3 thoughts on “Pauline Fest 2: gender, ideology and practice

  1. I do like Anneke’s fabric metaphor. I think we can sometimes get a bit too hung up on the ‘warp’ of formal authority/ideology (often because the sources are simply much easier to find) and miss the subtleties of the ‘weft’ of social convention (partly because sources for that can be much more difficult to find and interpret). On accusations of effeminacy, I find it interesting how often these intersect with ideologies about political power, and who can and can’t wield it. I’m thinking for example of the complaints about Richard II’s kingship and the charges used to support his deposition, many of which were couched in very gendered terms.


  2. There is little if any gain to be got from suggesting that Ross might be wrong, but all the same I think the non-appearance of Lombard women could be down to shortage of sources as much as anything else (which is not to deny a rocirc;le to some other factors obviously).
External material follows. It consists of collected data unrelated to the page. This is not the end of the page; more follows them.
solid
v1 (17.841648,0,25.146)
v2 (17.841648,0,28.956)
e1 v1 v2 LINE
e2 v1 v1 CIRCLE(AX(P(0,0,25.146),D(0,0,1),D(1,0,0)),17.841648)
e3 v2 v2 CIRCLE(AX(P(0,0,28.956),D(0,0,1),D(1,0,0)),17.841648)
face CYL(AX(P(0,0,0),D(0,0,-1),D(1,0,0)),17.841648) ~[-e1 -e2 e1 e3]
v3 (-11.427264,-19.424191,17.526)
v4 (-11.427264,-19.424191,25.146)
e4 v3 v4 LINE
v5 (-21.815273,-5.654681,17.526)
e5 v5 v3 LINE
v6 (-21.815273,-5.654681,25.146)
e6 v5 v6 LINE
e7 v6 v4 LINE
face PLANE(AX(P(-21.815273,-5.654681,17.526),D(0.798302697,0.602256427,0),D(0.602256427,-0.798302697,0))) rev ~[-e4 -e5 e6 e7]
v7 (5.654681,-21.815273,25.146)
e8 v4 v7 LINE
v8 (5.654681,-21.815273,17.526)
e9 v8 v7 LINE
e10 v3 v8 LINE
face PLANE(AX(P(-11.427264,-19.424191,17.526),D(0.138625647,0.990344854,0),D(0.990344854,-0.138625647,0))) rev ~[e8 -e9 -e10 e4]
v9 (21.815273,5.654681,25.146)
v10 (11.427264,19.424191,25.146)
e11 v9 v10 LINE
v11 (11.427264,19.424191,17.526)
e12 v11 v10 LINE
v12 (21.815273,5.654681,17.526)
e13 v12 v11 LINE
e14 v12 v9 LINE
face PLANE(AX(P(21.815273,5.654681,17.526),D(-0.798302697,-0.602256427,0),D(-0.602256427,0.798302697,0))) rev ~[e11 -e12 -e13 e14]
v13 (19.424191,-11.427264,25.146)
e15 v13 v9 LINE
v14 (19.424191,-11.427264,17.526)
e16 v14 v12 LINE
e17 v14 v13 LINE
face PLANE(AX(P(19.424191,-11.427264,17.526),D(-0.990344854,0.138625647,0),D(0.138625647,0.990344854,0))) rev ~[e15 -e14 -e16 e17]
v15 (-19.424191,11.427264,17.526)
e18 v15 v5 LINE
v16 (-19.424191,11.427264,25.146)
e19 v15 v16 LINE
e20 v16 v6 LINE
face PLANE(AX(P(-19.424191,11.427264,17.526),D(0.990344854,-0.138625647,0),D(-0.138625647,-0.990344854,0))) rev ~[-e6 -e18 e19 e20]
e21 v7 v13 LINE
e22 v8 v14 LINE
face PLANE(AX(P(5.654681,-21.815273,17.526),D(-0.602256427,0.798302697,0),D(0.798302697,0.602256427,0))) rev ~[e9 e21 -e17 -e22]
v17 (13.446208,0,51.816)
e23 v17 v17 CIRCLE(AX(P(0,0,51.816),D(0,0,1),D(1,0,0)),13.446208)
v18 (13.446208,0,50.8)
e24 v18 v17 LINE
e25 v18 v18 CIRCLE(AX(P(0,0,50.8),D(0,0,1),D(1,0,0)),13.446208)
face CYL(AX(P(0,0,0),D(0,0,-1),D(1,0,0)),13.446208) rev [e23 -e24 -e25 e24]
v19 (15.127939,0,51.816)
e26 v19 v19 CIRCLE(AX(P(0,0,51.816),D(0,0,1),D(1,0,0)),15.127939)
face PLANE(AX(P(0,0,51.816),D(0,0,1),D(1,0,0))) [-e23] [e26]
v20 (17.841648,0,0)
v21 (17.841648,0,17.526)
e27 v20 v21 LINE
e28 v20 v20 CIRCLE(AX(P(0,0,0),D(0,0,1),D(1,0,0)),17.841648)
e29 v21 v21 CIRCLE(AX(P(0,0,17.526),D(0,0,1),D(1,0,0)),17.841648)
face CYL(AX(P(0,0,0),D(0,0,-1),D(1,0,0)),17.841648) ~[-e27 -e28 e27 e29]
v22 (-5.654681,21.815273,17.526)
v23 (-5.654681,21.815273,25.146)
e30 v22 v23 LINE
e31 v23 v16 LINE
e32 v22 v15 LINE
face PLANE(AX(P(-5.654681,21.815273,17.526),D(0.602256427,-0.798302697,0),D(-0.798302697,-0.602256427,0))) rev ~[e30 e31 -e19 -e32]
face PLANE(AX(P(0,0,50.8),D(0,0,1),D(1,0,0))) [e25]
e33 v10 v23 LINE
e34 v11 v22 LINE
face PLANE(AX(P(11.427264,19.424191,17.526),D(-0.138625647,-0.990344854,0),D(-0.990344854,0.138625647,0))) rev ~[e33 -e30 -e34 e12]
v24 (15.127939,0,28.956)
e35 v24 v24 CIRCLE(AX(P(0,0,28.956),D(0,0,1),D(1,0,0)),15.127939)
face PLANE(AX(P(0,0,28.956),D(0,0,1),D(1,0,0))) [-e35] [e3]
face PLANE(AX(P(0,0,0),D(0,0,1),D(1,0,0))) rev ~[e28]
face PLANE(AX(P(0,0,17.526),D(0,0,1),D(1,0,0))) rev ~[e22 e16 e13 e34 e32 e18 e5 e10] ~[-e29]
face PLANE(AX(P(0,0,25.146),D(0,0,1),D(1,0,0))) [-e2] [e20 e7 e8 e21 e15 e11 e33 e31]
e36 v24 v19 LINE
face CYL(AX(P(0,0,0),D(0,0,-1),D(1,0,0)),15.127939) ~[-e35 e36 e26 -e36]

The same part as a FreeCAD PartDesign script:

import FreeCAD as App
import Part
import Sketcher
Q = App.Units.Quantity


def add_polygon(sketch, points):
    """Adds a closed chain of lines whose ends are joined by coincident constraints."""
    first, n = sketch.GeometryCount, len(points)
    for a, b in zip(points, points[1:] + points[:1]):
        sketch.addGeometry(Part.LineSegment(App.Vector(*a, 0), App.Vector(*b, 0)), False)
    for i in range(n):
        sketch.addConstraint(Sketcher.Constraint("Coincident", first + i, 2, first + (i + 1) % n, 1))

doc = App.newDocument("Part")
body = doc.addObject("PartDesign::Body", "Body")

# Sketch on XY plane
sketch1 = body.newObject("Sketcher::SketchObject", "Sketch")
sketch1.AttachmentSupport = (doc.getObject("XY_Plane"), [""])
sketch1.MapMode = "FlatFace"
sketch1.addGeometry(Part.Circle(App.Vector(0, 0, 0), App.Vector(0, 0, 1), 13.446208), False)
sketch1.addConstraint([
    Sketcher.Constraint("Coincident", 0, 3, -1, 1),
    Sketcher.Constraint("Diameter", 0, Q("26.892415 mm")),
])
pad1 = body.newObject("PartDesign::Pad", "Pad")
pad1.Profile = sketch1
pad1.Length = Q("2 in")

# Sketch on XY plane
sketch2 = body.newObject("Sketcher::SketchObject", "Sketch001")
sketch2.AttachmentSupport = (doc.getObject("XY_Plane"), [""])
sketch2.MapMode = "FlatFace"
sketch2.addGeometry([
    Part.Circle(App.Vector(0, 0, 0), App.Vector(0, 0, 1), 15.127939),
    Part.Circle(App.Vector(0, 0, 0), App.Vector(0, 0, 1), 13.446208),
], False)
sketch2.addConstraint([
    Sketcher.Constraint("Coincident", 0, 3, -1, 1),
    Sketcher.Constraint("Coincident", 1, 3, -1, 1),
    Sketcher.Constraint("Diameter", 0, Q("30.255878 mm")),
    Sketcher.Constraint("Diameter", 1, Q("26.892415 mm")),
])
pad2 = body.newObject("PartDesign::Pad", "Pad001")
pad2.Profile = sketch2
pad2.Length = Q("2.04 in")

# Sketch on XY plane
sketch3 = body.newObject("Sketcher::SketchObject", "Sketch002")
sketch3.AttachmentSupport = (doc.getObject("XY_Plane"), [""])
sketch3.MapMode = "FlatFace"
sketch3.addGeometry([
    Part.Circle(App.Vector(0, 0, 0), App.Vector(0, 0, 1), 17.841648),
    Part.Circle(App.Vector(0, 0, 0), App.Vector(0, 0, 1), 15.127939),
], False)
sketch3.addConstraint([
    Sketcher.Constraint("Coincident", 0, 3, -1, 1),
    Sketcher.Constraint("Coincident", 1, 3, -1, 1),
    Sketcher.Constraint("Diameter", 0, Q("35.683297 mm")),
    Sketcher.Constraint("Diameter", 1, Q("30.255878 mm")),
])
pad3 = body.newObject("PartDesign::Pad", "Pad002")
pad3.Profile = sketch3
pad3.Length = Q("1.14 in")

# Sketch on XY plane
sketch4 = body.newObject("Sketcher::SketchObject", "Sketch003")
sketch4.AttachmentSupport = (doc.getObject("XY_Plane"), [""])
sketch4.MapMode = "FlatFace"
sketch4.AttachmentOffset = App.Placement(App.Vector(0, 0, 0.69 * 25.4), App.Rotation())
add_polygon(sketch4, [(21.815273, 5.654681), (11.427264, 19.424191), (-5.654681, 21.815273), (-19.424191, 11.427264), (-21.815273, -5.654681), (-11.427264, -19.424191), (5.654681, -21.815273), (19.424191, -11.427264)])  # lines 0-7
sketch4.addGeometry(Part.Circle(App.Vector(0, 0, 0), App.Vector(0, 0, 1), 17.841648), False)  # 8
sketch4.addConstraint([
    Sketcher.Constraint("Coincident", 8, 3, -1, 1),
    Sketcher.Constraint("Symmetric", 0, 2, 4, 2, -1, 1),
    Sketcher.Constraint("Symmetric", 1, 2, 5, 2, -1, 1),
    Sketcher.Constraint("Symmetric", 2, 2, 6, 2, -1, 1),
    Sketcher.Constraint("Symmetric", 3, 2, 7, 2, -1, 1),
    Sketcher.Constraint("Perpendicular", 0, 2),
    Sketcher.Constraint("Perpendicular", 1, 3),
    Sketcher.Constraint("Equal", 0, 1),
    Sketcher.Constraint("Equal", 1, 2),
    Sketcher.Constraint("Equal", 2, 3),
    Sketcher.Constraint("Diameter", 8, Q("35.683297 mm")),
    Sketcher.Constraint("Distance", 0, Q("17.248482 mm")),
    Sketcher.Constraint("DistanceY", -1, 1, 0, 2, Q("19.424191 mm")),
    Sketcher.Constraint("DistanceX", 1, 2, -1, 1, Q("5.654681 mm")),
])
pad4 = body.newObject("PartDesign::Pad", "Pad003")
pad4.Profile = sketch4
pad4.Length = Q("0.3 in")

doc.recompute()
The reason I think this is because I remember Jinty Nelson making a point in an LSMS paper about how, when taking over Lombard royal property after 774, Charlemagne and Hildegard seem to assign to the queen that which had been the Lombard queen’s, suggesting that female position was worth preserving and so had been important in the first place. We’d never see this except from the charters.

    Similarly, you’re right to suggest that Gertrude of Ortenburg’s choice of life could equally be seen as a very old one: she reminds me of two things, I’ll come to the second in a minute but the first is Spanish deo votae. In the Visigothic period we do actually have legislation about these (but know of very few) but later on of course they only appear, again, in charters. From prescriptive sources (so often, as Chris Lewis might have it, a Benedictine project) I’m not sure we’d know they were there.

    Both of these cases of course hinge on women who had money and privilege. Apparently our subject societies could accommodate the anomaly of female independent status if there was money to back it, though it is certainly true that especially in the reform High Middle Ages vocal male bits of the Church don’t like it. This is exactly the dichotomy between ideology and practice that you start with and this question could be repeated in so many different places.

    Sometimes though perhaps it comes down to simple interests of the author. Gertrude is written up as almost a saint, by someone who was presumably profiting from his association with her; where women find a voice, is it not largely because they fund someone who later gives it them (even to the lowly extent of writing a charter for them)? It’s a terribly old-fashioned approach in some ways but I do wonder whether `who’s paying for the record’ might sometimes answer as much or more than `who’s chauvinist?’

    The other thing that Gertrude reminded me of was one of the papers given at the Haskins Society Conference, which covered a similar case (unlike Kirsten Fenton’s which appears to have actually been the same paper…). That case was Loretta de Braose, Countess of Leicester (1185-1206) who tried to become an anchorite (or similar) but who couldn’t escape being a patroness. This seems to me just the same as monks in the Athanasian Desert and their flow of petitioners. What we see here is women whom their contemporaries saw as having power, or at least influence. Whether that influence was malign or inappropriate probably mostly depends on how it was used, and the judgement of that would depend on who was watching and how they were affected of course. I suppose this is a plea for textual critique first and theoretical framework second, because as so often I don’t think our medieval people realised they were as bound by rules as we later see them, refracted through so narrow a scope. I’m sure that in fact society restricted their actions very closely, but whether they consciously realised that is questionable in many cases and in any case people did still act outside norms on occasions and still got recorded, which makes it difficult for us to tell.